JP2004148353A - Method and device for inspecting laser welding quality - Google Patents

Abstract

<P>PROBLEM TO BE SOLVED: To provide a method and a device for inspecting the laser welding quality for easily and reliably determining any defective welding or precursory phenomenon, and more correctly inspecting the welding quality. <P>SOLUTION: Images of a place corresponding to the irradiation position of laser beams 1a and a place in a vicinity thereof between members 2a and 2b to be welded are taken in at high speed from the side during the laser lap welding. The distance from the position of a first luminous image corresponding to the laser beam irradiation position to the position of a bridge-like second luminous image formed on the back side of the welding direction in the taken-in image is obtained by an image processor 7. The obtained value is compared with a reference value by a determination circuit 8, and the result is specified as the inspection result of the welding quality. The value for obtaining the inspection result of "Good" by an experiment or the like in advance is selected as the reference value. Both luminous images are brighter than other peripheral portions, and the distance between the luminous images can be easily obtained. <P>COPYRIGHT: (C)2004,JPO

Description

[0001]
BACKGROUND OF THE INVENTION
The present invention relates to a laser welding quality inspection method and apparatus for inspecting the quality of welding in laser overlay welding performed by irradiating a workpiece on which a plurality of members to be welded are overlapped with a laser beam.
[0002]
[Prior art]
In laser welding, a workpiece is irradiated with a laser beam, and the irradiated portion is melted to perform welding. Conventionally, in such welding, the weld pool and its vicinity during laser irradiation are mainly moved upward. There is a device for judging welding quality by photographing with a CCD camera from directly above and observing the obtained image (see Patent Document 1).
[0003]
[Patent Document 1]
JP-A-9-225666 ([Claim 1], [0024])
[0004]
[Problems to be solved by the invention]
However, the above prior art has the following problems.
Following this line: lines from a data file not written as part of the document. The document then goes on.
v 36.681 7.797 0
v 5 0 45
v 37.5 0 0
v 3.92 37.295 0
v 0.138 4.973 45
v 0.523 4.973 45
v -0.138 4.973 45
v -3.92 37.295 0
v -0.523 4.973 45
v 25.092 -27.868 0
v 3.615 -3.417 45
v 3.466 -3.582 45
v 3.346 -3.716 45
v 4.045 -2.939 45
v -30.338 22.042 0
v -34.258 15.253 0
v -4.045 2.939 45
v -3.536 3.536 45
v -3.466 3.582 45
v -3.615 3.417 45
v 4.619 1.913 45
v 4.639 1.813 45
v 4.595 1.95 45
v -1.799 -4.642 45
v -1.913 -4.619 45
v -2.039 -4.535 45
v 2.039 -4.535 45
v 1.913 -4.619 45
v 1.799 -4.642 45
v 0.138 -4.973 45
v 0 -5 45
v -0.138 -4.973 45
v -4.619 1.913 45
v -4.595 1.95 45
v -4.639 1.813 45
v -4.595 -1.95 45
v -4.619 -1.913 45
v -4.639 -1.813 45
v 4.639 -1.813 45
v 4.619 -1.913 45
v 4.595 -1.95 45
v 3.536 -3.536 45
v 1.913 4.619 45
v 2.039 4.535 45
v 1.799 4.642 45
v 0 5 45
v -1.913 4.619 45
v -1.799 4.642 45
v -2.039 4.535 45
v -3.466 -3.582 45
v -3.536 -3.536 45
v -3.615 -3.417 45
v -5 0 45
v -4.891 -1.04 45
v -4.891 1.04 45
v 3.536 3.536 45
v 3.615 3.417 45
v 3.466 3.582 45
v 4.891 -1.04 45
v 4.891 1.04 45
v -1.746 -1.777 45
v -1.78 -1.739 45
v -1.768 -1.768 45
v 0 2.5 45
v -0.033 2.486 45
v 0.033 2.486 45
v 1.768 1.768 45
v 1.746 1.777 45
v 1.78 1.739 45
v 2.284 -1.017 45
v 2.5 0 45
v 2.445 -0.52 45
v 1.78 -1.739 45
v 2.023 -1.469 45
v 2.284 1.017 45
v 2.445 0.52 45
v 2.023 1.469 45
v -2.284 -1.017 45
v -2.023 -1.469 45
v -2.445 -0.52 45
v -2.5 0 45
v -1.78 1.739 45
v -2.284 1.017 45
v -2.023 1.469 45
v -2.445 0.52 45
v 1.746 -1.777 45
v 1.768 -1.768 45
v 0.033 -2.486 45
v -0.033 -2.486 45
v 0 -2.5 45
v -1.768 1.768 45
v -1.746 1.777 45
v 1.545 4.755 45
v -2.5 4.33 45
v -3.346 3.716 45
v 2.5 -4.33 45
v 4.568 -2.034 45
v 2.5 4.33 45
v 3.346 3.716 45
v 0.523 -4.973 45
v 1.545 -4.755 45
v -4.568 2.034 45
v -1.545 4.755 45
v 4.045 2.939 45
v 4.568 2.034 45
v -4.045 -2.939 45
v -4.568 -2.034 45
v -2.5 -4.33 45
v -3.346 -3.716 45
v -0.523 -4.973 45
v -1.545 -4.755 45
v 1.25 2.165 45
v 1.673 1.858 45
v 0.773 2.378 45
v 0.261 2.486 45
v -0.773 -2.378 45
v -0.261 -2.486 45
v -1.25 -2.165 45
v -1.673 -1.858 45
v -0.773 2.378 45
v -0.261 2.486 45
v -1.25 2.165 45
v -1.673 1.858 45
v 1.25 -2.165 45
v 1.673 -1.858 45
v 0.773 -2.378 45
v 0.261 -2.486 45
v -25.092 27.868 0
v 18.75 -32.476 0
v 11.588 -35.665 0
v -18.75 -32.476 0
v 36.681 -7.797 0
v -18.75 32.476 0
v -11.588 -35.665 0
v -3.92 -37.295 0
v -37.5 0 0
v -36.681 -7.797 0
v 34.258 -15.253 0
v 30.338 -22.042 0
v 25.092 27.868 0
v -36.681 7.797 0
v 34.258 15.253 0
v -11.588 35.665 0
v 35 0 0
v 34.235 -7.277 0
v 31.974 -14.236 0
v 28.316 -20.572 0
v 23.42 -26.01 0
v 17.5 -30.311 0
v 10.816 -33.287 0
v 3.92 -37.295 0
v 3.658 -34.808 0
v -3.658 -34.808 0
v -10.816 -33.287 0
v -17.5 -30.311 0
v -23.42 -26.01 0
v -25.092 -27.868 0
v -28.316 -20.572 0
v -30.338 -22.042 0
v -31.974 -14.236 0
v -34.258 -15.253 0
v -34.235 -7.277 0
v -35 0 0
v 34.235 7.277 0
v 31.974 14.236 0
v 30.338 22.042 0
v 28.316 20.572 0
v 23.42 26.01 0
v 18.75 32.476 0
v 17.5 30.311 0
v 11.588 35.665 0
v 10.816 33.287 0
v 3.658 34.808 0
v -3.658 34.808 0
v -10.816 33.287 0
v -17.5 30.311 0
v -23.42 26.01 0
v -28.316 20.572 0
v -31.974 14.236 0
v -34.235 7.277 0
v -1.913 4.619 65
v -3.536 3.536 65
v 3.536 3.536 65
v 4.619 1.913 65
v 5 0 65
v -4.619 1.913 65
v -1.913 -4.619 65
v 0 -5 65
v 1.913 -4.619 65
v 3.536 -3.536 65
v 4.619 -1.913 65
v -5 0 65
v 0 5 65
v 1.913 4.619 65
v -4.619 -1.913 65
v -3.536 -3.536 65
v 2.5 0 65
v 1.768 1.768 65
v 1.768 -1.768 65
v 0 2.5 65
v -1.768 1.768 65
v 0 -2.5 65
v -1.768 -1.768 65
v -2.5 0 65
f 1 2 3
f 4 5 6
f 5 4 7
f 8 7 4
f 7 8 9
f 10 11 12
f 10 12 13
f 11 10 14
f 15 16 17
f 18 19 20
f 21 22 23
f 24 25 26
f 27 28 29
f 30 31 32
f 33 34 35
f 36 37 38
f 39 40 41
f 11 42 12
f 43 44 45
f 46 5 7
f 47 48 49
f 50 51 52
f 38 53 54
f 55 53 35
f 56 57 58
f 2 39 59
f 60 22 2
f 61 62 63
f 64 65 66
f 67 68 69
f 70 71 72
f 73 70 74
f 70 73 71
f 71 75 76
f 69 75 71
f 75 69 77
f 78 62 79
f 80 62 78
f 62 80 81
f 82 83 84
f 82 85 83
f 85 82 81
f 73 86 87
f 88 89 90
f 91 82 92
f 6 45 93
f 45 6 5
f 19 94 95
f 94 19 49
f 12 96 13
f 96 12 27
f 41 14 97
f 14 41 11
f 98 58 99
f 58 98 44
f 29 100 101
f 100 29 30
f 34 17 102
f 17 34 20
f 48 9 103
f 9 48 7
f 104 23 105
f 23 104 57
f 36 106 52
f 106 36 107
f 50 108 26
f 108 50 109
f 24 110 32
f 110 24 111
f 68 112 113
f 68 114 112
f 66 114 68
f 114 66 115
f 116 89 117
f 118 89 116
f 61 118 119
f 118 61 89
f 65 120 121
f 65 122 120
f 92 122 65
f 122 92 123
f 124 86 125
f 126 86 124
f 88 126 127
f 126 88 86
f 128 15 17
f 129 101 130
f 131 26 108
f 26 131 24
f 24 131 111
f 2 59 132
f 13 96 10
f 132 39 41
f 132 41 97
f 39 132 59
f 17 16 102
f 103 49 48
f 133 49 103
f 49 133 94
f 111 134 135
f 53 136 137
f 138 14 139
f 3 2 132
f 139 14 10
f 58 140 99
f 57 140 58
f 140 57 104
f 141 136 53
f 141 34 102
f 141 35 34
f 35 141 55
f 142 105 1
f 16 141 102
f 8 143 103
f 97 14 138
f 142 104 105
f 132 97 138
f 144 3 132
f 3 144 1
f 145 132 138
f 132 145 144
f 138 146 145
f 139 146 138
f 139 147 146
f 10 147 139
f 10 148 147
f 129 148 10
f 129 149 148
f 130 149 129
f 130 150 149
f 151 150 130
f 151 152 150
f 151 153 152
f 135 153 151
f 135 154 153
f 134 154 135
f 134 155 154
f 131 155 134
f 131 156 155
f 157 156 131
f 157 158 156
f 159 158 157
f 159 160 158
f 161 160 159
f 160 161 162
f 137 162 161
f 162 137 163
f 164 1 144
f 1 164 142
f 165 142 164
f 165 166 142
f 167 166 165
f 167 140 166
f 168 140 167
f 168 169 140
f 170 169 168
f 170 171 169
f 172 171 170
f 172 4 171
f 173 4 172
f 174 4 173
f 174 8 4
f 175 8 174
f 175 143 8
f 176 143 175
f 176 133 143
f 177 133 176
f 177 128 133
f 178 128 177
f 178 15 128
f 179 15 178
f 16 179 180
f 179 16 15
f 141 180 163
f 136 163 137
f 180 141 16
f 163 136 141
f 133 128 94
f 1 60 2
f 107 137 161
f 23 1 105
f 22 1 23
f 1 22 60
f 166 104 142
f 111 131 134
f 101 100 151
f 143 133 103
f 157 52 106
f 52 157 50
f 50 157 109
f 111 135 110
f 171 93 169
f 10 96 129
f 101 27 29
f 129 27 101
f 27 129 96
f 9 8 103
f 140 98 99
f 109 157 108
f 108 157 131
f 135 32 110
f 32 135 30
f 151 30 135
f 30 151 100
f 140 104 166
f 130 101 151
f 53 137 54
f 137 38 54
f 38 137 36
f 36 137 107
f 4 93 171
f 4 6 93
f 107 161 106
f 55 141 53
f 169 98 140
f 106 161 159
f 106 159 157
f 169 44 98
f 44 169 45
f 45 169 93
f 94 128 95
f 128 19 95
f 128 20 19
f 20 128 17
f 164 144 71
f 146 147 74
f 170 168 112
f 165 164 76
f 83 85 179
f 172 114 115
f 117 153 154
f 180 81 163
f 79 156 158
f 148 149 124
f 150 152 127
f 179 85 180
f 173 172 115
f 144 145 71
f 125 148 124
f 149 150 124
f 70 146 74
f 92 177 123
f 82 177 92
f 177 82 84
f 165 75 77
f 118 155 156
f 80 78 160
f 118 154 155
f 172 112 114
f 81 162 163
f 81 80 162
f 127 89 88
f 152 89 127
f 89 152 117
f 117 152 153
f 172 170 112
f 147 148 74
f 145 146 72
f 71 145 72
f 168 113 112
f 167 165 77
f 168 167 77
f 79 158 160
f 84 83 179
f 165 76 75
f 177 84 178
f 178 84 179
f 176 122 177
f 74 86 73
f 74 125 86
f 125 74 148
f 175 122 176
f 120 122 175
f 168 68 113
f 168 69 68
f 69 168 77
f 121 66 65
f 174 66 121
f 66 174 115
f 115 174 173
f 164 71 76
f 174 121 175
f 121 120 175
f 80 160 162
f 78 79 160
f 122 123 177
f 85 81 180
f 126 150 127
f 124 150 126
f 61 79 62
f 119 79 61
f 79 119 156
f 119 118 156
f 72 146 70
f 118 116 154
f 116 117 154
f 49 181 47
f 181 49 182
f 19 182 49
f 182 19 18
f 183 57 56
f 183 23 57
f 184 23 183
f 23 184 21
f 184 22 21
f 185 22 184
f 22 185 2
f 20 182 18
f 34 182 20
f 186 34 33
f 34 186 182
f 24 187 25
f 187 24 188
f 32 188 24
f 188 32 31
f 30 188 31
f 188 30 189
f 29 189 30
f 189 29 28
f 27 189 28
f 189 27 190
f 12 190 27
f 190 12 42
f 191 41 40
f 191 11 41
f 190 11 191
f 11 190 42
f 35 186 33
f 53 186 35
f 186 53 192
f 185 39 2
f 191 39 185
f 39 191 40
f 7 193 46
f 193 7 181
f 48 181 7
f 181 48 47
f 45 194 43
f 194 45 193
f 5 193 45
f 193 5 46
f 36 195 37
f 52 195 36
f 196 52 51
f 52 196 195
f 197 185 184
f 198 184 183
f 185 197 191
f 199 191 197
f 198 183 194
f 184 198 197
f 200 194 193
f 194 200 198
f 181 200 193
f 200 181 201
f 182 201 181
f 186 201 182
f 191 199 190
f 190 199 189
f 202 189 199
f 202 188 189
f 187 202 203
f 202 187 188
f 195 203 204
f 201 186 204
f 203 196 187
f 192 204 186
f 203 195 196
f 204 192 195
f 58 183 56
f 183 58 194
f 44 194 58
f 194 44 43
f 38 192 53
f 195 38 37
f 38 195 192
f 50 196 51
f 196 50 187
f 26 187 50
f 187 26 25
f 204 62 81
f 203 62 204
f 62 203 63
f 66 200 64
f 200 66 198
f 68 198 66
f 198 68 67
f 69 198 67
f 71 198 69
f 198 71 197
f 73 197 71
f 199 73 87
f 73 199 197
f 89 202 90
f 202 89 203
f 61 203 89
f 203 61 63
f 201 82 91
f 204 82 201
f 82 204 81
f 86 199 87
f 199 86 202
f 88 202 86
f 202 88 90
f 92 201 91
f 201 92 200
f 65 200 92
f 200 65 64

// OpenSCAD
// Parametric Funnel by Coasterman

// VARIABLES
bottom_diameter = 70;
cone_height = 45;
top_diameter = 5;
top_height = 20;
width = 2.5;

// CODE
union()
{
difference()
{
cylinder(h=cone_height, r1=bottom_diameter/2 + width, r2 = top_diameter/2 + width);
cylinder(h=cone_height, r1=bottom_diameter/2, r2 = top_diameter/2);
}
translate([0, 0, cone_height])
{
difference()
{
cylinder(h=top_height, r=top_diameter/2 + width);
cylinder(h=top_height, r=top_diameter/2);
}
}
}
That is, in order to compare and observe a plurality of images and to make a determination about the difference between them, it is usually easy and reliable to use the light and dark patterns in these images. However, in the top view image of the molten pool and the vicinity thereof, there is little difference in the light and dark pattern between the normal time and the time when the defect is generated, and it is difficult to determine poor welding. In particular, it is extremely difficult to determine the precursor phenomenon of poor welding because the behavior of the weld pool and its surroundings during welding is high speed.
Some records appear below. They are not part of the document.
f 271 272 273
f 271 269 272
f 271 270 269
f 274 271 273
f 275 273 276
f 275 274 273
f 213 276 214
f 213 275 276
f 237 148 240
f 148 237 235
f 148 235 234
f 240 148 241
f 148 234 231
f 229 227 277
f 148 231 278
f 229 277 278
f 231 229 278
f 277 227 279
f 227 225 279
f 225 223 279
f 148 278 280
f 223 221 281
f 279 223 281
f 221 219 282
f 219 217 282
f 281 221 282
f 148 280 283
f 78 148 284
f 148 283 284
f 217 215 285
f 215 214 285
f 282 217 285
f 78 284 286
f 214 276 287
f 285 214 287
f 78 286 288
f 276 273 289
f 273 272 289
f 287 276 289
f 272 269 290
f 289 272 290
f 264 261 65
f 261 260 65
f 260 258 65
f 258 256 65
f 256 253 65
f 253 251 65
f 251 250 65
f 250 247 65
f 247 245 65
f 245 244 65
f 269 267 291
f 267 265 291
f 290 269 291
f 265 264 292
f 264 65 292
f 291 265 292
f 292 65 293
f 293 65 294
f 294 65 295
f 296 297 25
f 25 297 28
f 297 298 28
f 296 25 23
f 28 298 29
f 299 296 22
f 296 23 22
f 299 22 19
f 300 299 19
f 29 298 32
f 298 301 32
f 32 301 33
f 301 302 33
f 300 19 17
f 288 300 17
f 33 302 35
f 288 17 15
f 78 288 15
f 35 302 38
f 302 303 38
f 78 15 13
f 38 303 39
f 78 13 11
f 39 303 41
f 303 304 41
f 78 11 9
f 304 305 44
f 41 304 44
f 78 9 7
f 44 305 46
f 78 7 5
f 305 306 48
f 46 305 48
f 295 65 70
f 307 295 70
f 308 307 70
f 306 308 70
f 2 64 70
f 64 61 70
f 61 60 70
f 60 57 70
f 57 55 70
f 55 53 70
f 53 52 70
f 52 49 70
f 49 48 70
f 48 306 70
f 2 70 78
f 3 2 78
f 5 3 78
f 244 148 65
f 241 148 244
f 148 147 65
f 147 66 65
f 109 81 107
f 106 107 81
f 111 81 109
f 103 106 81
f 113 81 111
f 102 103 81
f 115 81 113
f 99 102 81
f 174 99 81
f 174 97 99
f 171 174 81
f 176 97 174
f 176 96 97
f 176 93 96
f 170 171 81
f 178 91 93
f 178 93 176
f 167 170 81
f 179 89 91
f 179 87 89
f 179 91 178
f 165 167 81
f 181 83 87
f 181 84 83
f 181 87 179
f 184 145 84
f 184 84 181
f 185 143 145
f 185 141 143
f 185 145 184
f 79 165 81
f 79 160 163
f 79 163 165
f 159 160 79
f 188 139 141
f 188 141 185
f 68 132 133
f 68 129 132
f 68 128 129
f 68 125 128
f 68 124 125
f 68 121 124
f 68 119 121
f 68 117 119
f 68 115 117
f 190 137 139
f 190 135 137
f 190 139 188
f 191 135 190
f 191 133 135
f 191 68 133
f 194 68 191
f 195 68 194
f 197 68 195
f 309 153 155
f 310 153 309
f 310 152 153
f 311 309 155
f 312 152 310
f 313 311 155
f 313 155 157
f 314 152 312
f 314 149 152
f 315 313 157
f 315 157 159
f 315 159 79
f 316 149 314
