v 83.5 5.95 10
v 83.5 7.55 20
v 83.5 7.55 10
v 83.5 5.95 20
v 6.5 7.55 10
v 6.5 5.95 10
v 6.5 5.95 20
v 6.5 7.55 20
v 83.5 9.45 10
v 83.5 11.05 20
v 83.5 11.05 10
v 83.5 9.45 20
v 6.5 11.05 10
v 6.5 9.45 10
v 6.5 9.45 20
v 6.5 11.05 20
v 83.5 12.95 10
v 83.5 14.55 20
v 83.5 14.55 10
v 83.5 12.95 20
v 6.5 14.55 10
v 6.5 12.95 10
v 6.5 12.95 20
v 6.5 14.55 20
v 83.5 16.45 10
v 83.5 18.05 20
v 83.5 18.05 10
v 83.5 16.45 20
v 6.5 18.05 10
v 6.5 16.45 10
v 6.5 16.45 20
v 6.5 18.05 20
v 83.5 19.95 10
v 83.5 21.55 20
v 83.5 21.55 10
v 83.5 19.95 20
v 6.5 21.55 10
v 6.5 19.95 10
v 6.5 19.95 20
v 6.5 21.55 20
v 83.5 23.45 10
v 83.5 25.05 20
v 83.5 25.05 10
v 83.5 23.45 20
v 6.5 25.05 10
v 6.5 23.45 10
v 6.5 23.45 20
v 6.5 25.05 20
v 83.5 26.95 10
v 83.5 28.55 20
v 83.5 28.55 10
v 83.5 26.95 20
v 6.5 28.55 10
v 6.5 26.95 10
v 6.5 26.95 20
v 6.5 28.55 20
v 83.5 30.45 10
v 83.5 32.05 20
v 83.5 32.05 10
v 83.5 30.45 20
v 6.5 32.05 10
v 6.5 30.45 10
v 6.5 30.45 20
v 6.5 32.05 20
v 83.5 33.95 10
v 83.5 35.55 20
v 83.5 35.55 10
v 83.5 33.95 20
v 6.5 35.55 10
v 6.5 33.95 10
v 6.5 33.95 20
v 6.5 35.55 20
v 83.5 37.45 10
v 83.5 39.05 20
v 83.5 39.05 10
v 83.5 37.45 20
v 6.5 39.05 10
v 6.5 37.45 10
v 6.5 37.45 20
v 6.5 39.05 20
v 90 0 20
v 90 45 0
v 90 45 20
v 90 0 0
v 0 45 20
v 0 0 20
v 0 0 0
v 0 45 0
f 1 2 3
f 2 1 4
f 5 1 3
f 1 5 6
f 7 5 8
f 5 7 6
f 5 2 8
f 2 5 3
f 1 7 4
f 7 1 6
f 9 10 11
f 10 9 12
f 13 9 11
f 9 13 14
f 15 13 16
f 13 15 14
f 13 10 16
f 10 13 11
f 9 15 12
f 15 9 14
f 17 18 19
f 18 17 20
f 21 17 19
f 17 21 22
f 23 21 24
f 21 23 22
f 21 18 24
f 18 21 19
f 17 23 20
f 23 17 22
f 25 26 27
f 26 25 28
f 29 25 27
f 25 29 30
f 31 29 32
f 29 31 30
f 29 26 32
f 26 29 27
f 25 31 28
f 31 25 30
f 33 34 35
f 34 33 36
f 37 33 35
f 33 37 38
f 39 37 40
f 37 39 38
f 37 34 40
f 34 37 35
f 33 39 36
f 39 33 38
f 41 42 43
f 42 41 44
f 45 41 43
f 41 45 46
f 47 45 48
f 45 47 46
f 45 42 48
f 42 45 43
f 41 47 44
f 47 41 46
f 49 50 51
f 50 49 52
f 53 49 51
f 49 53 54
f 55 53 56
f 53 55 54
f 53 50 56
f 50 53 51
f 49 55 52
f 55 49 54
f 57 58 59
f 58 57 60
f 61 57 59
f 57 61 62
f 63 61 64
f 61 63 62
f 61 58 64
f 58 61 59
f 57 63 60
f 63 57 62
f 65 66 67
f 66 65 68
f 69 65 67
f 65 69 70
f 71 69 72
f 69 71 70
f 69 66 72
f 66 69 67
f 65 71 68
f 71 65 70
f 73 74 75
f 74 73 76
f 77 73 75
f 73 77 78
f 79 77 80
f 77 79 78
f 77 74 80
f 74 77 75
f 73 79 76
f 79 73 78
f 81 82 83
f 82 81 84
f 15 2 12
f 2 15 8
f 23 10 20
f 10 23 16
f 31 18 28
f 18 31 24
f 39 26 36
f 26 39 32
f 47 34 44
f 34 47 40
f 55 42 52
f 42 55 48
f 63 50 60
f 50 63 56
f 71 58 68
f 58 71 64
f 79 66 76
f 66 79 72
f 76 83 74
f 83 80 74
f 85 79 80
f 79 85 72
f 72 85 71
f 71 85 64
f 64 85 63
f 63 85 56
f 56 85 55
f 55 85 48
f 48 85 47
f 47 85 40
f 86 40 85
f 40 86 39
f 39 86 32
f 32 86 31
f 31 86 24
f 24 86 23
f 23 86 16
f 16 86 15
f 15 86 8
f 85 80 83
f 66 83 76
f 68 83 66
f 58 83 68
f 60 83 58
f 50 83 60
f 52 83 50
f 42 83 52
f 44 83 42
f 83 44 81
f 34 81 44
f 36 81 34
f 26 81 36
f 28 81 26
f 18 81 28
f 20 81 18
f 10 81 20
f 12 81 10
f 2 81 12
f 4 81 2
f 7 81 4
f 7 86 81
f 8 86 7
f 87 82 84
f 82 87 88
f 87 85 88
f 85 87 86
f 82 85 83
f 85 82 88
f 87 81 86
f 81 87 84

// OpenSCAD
$fn = 64;

// Base dimensions (mm)
base_length = 90;   // X length (front to back)
base_width = 45;        // Y width (left to right)
base_height = 20;     // Z height (bottom to top)

// Slot dimensions (mm)
slot_length = 77;     // X length of slot (parallel to base length)
slot_width = 1.6;     // Y width of slot (center-to-center spacing is 3.5mm)
slot_depth = 10;      // Z depth of slot (from top surface)
slot_spacing = 3.5;     // Center-to-center spacing between slots (Y direction)
num_slots = 10;         // Number of slots

// Adjusted hole depth to extend 0.01mm beyond top surface (to avoid coplanar faces)
hole_depth = slot_depth + 0.01;

// Calculate total span of all slots (from left edge of first to right edge of last)
total_span = (num_slots - 1) * slot_spacing + slot_width;

// Calculate starting Y center for first slot (to center all slots on base)
first_slot_centre_y = (base_width - total_span) / 2 + slot_width / 2;

// Subtract slots from base (using for loop for 10 slots)
difference() {
    cube([base_length, base_width, base_height], center = false);
    
    for (i = [0 : num_slots - 1]) {
        // Calculate Y center for current slot
        slot_centre_y = first_slot_centre_y + i * slot_spacing;
        
        // Calculate slot position (X centered, Y centered, Z starting at base_height - slot_depth)
        start_x = (base_length - slot_length) / 2;
        start_y = slot_centre_y - slot_width / 2;
        start_z = base_height - slot_depth;  // 10mm below top surface (Z=20)

        // Create slot hole (extended 0.01mm beyond top surface)
        translate([start_x, start_y, start_z])
        cube([slot_length, slot_width, hole_depth]);
    }
}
Therefore, there has been a demand for a quality inspection method for laser welding that can easily and reliably determine a welding failure or its precursor phenomenon and accurately inspect the welding quality.
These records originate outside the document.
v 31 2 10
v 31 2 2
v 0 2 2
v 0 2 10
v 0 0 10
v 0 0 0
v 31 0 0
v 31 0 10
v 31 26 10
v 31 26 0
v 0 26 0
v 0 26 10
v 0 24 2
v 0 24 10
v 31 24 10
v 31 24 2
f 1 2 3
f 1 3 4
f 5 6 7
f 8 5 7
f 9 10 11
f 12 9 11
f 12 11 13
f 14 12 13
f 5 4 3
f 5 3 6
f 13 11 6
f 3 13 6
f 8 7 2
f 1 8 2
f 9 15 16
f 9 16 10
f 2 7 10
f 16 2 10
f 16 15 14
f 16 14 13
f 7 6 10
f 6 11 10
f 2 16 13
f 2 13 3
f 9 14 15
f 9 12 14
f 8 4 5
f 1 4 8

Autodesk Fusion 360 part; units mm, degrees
sketch "Sketch1" plane through (0, 0, 0) normal (0, 0, 1) x (1, 0, 0)
  line L0 (0, 0) -> (31, 0)
  line L1 (31, 0) -> (31, 26)
  line L2 (31, 26) -> (0, 26)
  line L3 (0, 26) -> (0, 0)
  dimension "d1" = 31
  dimension "d2" = 26
extrude "Extrude1" add sketch "Sketch1" along normal blind 10
shell "Shell1" thickness 2 removed faces 1 at (10.3333, 17.3333, 10)
extrude "Extrude2" cut 1 faces at (2, 16.6667, 4.6667) along direction (-1, 0, 0) blind 10
extrude "Extrude3" cut 1 faces at (29, 16.6667, 7.3333) along direction (1, 0, 0) blind 20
An object of the present invention is to provide a laser welding quality inspection method and apparatus capable of inspecting welding quality more accurately.
[0005]
[Means for Solving the Problems]
In order to achieve the above object, a laser welding quality inspection method according to claim 1 is directed to irradiating a workpiece to which a plurality of workpieces are overlapped with each other while irradiating the workpiece with the laser beam. In laser overlay welding, in which welding is performed by moving the workpiece in a desired welding direction, images of the laser beam irradiation position corresponding portion and the vicinity thereof between the welded members during welding are displayed. The members to be welded that are captured at high speed from the side crossing the welding direction, and that are generated on the rear side in the welding direction from the position of the first emission image corresponding to the irradiation position of the laser beam in the captured image are melt-bonded to each other. The welding quality inspection is performed based on the distance to the position of the bridge-shaped second light emission image.
[0006]
The laser welding quality inspection apparatus according to claim 2, while irradiating a laser beam on a workpiece on which a plurality of workpieces are superimposed, moves the workpiece and / or the laser beam in a desired welding direction, In laser lap welding for performing lap welding of the workpieces, during welding, high speed images from the side intersecting the welding direction between the welded members and corresponding portions of the irradiation position of the laser beam and the vicinity thereof. The high-speed camera to be captured in step S1 and the image from the high-speed camera are input, and the input image is appropriately processed so that the position of the first emission image corresponding to the irradiation position of the laser beam is rearward in the welding direction. An image processing means for obtaining a distance to a position of a second light emission image in the form of a bridge formed by melting and joining the welded members, and the distance obtained by the image processing means Good quality welding based on, characterized by comprising determination means for determining failure.
[0007]
DETAILED DESCRIPTION OF THE INVENTION
Embodiments of the present invention will be described below.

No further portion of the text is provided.